* How to complete this task: Search the material below for the word "anything" and copy every line in which it occurs.

--- The records ---

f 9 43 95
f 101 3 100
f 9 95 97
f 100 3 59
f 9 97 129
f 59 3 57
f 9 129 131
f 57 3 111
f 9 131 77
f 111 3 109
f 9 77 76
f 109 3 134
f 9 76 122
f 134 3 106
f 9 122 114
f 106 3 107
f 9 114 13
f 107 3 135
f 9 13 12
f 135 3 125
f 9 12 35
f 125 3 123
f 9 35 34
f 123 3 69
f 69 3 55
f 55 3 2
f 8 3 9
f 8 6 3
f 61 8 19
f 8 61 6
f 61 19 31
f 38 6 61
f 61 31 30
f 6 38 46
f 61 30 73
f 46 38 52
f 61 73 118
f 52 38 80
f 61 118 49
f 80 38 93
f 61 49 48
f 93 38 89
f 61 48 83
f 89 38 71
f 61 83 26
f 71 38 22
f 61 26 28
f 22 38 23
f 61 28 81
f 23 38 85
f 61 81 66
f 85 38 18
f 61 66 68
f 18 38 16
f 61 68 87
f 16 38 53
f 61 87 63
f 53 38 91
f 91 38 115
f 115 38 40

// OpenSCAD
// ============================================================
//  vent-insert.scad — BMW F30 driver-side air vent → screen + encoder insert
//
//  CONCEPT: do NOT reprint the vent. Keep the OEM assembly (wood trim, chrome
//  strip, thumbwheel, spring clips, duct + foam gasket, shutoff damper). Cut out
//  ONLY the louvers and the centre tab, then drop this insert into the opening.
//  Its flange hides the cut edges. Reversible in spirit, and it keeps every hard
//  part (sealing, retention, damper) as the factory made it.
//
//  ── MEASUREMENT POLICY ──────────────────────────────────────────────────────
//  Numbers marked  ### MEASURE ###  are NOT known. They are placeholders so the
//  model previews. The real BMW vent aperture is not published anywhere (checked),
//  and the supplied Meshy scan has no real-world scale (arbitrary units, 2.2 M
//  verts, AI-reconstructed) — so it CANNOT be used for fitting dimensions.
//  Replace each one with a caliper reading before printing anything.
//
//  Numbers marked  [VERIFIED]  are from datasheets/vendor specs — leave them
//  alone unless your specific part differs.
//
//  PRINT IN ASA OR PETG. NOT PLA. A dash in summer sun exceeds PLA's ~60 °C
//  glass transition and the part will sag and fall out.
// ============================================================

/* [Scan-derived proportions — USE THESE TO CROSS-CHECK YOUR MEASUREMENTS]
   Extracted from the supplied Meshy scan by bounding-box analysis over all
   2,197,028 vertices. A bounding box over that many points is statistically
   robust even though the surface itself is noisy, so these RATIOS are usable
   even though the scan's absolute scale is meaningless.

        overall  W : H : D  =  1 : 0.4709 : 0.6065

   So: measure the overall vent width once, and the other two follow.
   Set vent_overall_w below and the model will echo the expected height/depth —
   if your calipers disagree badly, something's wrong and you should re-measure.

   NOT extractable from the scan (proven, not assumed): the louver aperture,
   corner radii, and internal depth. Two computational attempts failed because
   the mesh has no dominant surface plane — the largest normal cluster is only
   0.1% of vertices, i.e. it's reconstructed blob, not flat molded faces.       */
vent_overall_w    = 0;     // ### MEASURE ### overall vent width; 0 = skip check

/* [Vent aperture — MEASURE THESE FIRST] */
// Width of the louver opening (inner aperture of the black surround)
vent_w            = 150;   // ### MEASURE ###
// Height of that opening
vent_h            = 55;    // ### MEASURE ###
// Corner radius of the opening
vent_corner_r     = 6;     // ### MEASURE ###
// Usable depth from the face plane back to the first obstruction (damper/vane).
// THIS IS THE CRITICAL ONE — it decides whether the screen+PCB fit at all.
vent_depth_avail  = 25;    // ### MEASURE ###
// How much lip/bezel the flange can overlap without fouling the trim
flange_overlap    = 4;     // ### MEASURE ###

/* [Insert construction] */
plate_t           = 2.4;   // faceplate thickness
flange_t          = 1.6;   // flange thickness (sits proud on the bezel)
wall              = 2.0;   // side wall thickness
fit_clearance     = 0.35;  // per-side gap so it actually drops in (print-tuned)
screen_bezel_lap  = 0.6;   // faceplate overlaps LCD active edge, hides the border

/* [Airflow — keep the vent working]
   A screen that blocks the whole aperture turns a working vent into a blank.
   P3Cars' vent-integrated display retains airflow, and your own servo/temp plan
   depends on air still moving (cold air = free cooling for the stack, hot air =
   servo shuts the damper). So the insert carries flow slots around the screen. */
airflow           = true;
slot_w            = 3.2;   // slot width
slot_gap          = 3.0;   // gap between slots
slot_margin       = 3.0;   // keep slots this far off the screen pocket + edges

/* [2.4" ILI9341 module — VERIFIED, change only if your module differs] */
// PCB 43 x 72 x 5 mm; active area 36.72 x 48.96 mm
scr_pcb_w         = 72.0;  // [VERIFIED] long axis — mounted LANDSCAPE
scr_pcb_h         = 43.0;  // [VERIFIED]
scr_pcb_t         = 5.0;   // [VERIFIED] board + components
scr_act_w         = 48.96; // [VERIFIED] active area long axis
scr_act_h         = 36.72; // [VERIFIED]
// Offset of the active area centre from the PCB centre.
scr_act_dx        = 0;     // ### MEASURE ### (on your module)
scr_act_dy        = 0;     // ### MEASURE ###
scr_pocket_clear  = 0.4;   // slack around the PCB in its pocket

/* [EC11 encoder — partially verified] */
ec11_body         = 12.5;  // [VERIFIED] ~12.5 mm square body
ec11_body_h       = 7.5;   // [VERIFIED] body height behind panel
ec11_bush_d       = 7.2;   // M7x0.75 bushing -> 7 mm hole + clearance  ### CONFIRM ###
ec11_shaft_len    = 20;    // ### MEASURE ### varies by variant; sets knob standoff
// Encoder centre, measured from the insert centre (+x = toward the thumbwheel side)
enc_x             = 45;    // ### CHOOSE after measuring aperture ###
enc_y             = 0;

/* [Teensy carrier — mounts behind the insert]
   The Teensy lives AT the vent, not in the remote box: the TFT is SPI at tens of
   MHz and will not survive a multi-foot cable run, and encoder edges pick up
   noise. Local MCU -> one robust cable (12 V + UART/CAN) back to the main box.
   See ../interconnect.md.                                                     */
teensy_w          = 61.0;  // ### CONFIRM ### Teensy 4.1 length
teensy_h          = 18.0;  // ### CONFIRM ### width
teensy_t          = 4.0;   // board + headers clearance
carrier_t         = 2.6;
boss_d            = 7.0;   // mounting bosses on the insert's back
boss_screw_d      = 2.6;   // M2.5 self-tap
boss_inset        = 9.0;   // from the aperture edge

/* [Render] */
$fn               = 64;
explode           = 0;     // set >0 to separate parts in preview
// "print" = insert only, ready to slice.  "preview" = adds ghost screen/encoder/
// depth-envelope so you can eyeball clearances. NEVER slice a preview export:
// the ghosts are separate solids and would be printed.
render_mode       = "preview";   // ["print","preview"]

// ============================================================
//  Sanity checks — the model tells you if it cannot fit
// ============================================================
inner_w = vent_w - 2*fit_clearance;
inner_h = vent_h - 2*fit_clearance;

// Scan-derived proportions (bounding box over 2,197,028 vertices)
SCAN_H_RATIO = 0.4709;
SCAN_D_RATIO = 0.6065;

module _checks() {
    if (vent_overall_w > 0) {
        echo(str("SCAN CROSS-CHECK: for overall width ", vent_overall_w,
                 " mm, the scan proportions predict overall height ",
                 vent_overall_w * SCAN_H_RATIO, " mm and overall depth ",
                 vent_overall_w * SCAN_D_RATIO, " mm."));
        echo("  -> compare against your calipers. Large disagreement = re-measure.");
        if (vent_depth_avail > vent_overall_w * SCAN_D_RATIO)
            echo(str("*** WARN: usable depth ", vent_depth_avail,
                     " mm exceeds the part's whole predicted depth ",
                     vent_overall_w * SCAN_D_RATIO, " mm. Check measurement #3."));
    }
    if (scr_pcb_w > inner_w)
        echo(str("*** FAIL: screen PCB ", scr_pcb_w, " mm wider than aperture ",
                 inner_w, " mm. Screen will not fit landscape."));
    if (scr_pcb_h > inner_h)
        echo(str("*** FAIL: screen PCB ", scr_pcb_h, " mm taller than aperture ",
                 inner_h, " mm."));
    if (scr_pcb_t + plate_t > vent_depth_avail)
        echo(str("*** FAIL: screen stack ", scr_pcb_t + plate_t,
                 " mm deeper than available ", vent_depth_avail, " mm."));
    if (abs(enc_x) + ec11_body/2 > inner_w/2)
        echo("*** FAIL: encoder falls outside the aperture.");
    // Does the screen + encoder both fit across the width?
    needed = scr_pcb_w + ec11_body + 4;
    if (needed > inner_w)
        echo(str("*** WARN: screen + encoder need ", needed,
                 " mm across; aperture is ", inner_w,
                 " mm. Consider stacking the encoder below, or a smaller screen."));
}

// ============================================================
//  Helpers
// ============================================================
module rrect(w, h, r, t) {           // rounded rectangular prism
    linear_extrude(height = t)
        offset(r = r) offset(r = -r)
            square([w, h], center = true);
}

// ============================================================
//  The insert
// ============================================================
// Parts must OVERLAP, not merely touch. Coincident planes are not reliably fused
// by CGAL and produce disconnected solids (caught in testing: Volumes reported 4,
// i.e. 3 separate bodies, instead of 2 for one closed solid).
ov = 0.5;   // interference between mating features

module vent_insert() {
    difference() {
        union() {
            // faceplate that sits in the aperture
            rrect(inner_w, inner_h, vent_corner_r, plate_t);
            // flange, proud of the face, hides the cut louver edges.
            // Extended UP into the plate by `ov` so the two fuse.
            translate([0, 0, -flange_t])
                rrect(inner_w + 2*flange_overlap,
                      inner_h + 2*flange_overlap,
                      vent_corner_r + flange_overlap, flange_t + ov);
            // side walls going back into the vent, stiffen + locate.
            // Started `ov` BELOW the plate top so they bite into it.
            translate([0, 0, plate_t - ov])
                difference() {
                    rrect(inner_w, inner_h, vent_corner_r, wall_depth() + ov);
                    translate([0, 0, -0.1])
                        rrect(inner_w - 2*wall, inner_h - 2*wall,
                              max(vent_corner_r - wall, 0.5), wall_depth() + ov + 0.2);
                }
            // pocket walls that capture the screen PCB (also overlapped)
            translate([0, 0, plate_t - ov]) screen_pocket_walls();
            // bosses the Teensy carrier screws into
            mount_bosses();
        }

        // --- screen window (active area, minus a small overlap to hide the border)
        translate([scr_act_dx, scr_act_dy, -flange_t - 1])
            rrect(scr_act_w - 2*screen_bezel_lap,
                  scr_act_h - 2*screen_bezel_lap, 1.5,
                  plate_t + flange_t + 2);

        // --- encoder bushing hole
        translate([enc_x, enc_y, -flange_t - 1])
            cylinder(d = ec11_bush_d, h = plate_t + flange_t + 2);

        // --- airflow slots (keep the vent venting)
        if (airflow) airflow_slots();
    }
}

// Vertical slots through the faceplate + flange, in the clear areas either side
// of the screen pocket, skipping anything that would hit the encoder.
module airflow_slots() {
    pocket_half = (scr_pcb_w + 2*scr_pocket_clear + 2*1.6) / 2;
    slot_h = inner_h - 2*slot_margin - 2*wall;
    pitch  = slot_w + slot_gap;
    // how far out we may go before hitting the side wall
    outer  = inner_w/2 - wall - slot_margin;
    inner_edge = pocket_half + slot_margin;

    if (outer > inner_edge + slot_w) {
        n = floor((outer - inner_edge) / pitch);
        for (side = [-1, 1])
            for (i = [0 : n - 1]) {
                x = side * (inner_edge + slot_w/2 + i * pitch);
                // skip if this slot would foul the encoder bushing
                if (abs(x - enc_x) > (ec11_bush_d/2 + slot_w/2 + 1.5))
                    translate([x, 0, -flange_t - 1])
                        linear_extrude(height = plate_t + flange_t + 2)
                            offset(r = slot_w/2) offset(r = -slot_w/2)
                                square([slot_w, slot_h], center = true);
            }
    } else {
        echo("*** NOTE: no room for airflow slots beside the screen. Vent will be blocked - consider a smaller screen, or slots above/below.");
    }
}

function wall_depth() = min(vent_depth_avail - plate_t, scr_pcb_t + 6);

---

* Answer area:
//  Replace each one with a caliper reading before printing anything.
// of the screen pocket, skipping anything that would hit the encoder.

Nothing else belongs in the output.